### Records shown
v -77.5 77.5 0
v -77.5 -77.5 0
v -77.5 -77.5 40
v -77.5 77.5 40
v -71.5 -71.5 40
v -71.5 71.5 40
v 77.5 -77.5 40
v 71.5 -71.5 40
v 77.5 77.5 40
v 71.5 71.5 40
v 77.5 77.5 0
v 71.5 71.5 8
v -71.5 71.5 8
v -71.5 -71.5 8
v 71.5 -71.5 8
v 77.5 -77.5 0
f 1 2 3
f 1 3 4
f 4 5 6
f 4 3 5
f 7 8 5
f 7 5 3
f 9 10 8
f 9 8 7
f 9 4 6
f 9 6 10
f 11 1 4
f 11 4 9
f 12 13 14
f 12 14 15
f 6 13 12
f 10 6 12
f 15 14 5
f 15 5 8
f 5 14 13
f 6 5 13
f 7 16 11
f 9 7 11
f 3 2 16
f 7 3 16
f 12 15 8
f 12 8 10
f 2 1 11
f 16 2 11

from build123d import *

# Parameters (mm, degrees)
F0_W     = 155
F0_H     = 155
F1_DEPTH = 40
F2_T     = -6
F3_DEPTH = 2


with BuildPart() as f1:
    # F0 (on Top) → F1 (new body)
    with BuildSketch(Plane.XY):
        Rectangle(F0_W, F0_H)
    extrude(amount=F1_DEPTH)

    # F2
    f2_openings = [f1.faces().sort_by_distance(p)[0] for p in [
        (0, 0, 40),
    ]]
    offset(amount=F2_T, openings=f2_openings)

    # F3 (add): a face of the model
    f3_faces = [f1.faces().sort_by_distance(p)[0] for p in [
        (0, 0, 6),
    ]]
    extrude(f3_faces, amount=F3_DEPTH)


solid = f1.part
...
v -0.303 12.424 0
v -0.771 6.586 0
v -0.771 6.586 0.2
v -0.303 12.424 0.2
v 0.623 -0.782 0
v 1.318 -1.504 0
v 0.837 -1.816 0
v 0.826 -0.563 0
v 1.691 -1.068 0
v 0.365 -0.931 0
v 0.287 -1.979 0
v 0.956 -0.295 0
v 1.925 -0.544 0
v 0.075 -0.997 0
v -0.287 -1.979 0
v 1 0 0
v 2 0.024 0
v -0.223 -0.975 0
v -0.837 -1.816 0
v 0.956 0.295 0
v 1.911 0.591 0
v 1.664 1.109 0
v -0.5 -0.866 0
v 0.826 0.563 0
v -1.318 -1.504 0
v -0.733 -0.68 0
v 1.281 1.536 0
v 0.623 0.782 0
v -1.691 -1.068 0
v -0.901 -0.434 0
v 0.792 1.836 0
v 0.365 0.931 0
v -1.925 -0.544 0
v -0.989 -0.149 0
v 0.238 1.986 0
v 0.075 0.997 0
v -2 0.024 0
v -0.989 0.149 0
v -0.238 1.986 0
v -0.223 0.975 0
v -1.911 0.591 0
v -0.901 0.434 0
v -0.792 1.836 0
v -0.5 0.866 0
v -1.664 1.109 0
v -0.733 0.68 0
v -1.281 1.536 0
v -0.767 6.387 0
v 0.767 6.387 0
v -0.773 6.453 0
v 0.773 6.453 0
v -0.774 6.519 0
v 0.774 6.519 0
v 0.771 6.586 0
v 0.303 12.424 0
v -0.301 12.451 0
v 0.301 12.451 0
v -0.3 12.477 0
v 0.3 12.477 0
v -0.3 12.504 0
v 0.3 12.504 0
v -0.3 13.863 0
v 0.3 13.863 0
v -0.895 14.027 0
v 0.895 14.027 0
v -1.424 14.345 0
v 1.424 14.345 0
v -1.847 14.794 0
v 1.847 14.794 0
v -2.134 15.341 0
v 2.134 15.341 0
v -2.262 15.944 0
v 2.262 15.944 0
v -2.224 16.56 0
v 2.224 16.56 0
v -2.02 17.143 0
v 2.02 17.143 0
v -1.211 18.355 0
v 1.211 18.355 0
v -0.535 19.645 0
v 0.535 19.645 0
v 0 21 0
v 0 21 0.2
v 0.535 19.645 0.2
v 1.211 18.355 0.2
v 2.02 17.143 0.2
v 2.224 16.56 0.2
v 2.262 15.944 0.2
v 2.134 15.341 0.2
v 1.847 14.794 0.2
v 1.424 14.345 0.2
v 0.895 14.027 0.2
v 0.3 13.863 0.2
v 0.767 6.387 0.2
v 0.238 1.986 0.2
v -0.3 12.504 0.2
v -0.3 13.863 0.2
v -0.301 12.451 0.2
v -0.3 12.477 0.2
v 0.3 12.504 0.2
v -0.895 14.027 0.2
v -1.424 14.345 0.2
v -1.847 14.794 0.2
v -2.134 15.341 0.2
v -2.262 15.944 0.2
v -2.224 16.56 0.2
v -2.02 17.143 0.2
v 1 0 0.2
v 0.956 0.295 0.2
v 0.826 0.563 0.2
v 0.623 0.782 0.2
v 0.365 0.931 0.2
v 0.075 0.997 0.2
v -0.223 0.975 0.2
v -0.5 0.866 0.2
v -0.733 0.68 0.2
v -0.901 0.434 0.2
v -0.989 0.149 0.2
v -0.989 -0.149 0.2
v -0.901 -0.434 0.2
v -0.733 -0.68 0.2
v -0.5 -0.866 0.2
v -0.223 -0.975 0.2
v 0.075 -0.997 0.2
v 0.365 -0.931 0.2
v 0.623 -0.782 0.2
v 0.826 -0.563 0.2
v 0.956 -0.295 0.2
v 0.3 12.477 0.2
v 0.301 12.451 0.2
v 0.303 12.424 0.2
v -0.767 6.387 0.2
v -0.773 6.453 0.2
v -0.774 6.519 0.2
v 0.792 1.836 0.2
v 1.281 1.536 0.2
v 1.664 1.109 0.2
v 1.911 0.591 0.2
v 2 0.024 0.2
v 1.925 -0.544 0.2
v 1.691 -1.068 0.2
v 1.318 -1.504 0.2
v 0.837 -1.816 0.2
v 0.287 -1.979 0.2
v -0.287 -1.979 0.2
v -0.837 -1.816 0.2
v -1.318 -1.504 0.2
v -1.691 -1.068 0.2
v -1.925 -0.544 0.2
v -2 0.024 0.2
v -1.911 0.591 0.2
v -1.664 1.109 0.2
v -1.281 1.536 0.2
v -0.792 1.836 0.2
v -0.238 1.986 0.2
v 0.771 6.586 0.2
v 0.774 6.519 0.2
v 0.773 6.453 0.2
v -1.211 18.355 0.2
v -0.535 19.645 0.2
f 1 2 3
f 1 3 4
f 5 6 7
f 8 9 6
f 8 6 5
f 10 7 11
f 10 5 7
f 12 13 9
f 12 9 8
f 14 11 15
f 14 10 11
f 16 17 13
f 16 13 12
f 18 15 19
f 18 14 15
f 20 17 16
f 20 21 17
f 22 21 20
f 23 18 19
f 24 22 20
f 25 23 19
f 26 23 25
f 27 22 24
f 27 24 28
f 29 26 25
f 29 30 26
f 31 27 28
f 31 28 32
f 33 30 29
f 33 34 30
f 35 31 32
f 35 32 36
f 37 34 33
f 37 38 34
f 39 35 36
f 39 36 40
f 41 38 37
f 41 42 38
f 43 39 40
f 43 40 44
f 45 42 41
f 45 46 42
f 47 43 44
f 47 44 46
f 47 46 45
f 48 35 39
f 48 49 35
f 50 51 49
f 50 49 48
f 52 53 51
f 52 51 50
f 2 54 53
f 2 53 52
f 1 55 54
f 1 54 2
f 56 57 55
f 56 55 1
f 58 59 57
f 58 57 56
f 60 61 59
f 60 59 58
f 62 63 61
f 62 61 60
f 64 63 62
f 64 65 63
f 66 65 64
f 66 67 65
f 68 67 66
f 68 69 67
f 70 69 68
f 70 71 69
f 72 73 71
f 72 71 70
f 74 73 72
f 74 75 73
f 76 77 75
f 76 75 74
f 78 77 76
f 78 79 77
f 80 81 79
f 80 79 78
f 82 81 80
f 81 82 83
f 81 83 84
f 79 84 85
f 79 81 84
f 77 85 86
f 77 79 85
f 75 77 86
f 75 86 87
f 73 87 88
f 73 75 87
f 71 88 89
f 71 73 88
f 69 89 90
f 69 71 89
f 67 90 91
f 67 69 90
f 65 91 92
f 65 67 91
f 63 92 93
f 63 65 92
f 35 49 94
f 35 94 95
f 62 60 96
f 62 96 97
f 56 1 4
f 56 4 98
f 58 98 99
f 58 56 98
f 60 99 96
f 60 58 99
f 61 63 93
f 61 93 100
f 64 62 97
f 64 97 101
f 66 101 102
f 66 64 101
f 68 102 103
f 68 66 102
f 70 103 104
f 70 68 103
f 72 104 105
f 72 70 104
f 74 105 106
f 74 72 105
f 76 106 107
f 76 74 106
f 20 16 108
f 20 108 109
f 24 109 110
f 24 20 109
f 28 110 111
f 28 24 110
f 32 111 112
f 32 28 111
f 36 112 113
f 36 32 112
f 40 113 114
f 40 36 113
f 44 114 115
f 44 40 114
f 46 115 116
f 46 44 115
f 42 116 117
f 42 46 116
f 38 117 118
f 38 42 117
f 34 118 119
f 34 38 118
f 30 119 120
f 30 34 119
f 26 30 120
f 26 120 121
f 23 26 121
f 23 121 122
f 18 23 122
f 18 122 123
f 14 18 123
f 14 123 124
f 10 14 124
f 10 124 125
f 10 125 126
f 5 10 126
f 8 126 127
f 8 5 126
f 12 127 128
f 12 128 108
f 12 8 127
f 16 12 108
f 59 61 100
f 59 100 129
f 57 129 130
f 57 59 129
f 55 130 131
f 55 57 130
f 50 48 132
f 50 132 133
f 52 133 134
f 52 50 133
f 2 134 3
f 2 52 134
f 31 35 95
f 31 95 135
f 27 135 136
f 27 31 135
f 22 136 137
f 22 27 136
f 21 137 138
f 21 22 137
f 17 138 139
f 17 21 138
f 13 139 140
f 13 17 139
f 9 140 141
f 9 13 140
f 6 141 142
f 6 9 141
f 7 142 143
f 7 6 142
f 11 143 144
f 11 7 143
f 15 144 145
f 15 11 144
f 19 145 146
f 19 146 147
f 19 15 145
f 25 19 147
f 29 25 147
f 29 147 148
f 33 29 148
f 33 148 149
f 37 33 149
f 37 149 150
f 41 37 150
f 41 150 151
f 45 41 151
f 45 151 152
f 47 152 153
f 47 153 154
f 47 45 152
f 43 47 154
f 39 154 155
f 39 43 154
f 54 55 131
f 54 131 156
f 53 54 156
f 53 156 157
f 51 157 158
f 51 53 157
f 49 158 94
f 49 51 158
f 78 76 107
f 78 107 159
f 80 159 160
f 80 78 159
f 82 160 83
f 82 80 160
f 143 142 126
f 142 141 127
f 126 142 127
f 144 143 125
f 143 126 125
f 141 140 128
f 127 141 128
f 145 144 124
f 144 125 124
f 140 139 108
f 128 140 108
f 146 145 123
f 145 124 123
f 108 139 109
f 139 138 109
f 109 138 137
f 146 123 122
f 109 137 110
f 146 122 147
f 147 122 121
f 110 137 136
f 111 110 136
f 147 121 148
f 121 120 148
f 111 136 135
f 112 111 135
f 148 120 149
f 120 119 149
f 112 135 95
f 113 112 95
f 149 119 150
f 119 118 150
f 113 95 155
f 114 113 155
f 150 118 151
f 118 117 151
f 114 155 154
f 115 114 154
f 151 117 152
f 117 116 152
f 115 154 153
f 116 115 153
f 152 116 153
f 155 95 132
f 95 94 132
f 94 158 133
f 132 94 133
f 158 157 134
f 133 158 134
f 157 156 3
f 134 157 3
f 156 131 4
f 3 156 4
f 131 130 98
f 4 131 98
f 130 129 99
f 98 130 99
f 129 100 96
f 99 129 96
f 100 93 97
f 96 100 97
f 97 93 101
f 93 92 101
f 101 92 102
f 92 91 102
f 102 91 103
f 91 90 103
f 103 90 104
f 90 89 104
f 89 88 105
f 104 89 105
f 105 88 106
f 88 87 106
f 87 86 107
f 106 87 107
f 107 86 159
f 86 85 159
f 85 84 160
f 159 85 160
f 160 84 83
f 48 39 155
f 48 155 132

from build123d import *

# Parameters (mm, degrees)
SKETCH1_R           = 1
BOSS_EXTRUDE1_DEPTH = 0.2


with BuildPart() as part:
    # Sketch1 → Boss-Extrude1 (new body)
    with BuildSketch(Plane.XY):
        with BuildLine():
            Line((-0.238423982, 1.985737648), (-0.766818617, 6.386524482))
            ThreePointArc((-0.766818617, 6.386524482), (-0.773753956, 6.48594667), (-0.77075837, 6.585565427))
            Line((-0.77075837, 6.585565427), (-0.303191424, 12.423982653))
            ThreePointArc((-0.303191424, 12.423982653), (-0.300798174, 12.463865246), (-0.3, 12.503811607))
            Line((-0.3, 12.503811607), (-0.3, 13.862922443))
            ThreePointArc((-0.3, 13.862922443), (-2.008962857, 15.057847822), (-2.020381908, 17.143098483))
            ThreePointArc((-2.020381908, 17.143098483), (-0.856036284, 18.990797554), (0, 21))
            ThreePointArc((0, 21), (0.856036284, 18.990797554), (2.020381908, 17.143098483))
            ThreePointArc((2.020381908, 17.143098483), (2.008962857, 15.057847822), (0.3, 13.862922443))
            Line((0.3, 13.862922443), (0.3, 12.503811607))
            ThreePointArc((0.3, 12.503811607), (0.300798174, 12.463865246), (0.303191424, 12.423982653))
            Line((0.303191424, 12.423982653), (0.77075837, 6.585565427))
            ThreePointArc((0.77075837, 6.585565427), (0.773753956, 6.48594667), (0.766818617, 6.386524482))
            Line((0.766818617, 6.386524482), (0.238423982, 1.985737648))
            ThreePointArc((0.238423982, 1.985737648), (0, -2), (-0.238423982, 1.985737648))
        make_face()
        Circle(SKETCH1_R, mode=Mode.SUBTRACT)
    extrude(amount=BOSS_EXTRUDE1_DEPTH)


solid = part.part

### Task description
With the line holding "f 111 110 136" as the first and the line holding "f 48 155 132" as the last, please transcribe exactly the lines of the material above in that range and nothing else.

### Worked solution
f 111 110 136
f 147 121 148
f 121 120 148
f 111 136 135
f 112 111 135
f 148 120 149
f 120 119 149
f 112 135 95
f 113 112 95
f 149 119 150
f 119 118 150
f 113 95 155
f 114 113 155
f 150 118 151
f 118 117 151
f 114 155 154
f 115 114 154
f 151 117 152
f 117 116 152
f 115 154 153
f 116 115 153
f 152 116 153
f 155 95 132
f 95 94 132
f 94 158 133
f 132 94 133
f 158 157 134
f 133 158 134
f 157 156 3
f 134 157 3
f 156 131 4
f 3 156 4
f 131 130 98
f 4 131 98
f 130 129 99
f 98 130 99
f 129 100 96
f 99 129 96
f 100 93 97
f 96 100 97
f 97 93 101
f 93 92 101
f 101 92 102
f 92 91 102
f 102 91 103
f 91 90 103
f 103 90 104
f 90 89 104
f 89 88 105
f 104 89 105
f 105 88 106
f 88 87 106
f 87 86 107
f 106 87 107
f 107 86 159
f 86 85 159
f 85 84 160
f 159 85 160
f 160 84 83
f 48 39 155
f 48 155 132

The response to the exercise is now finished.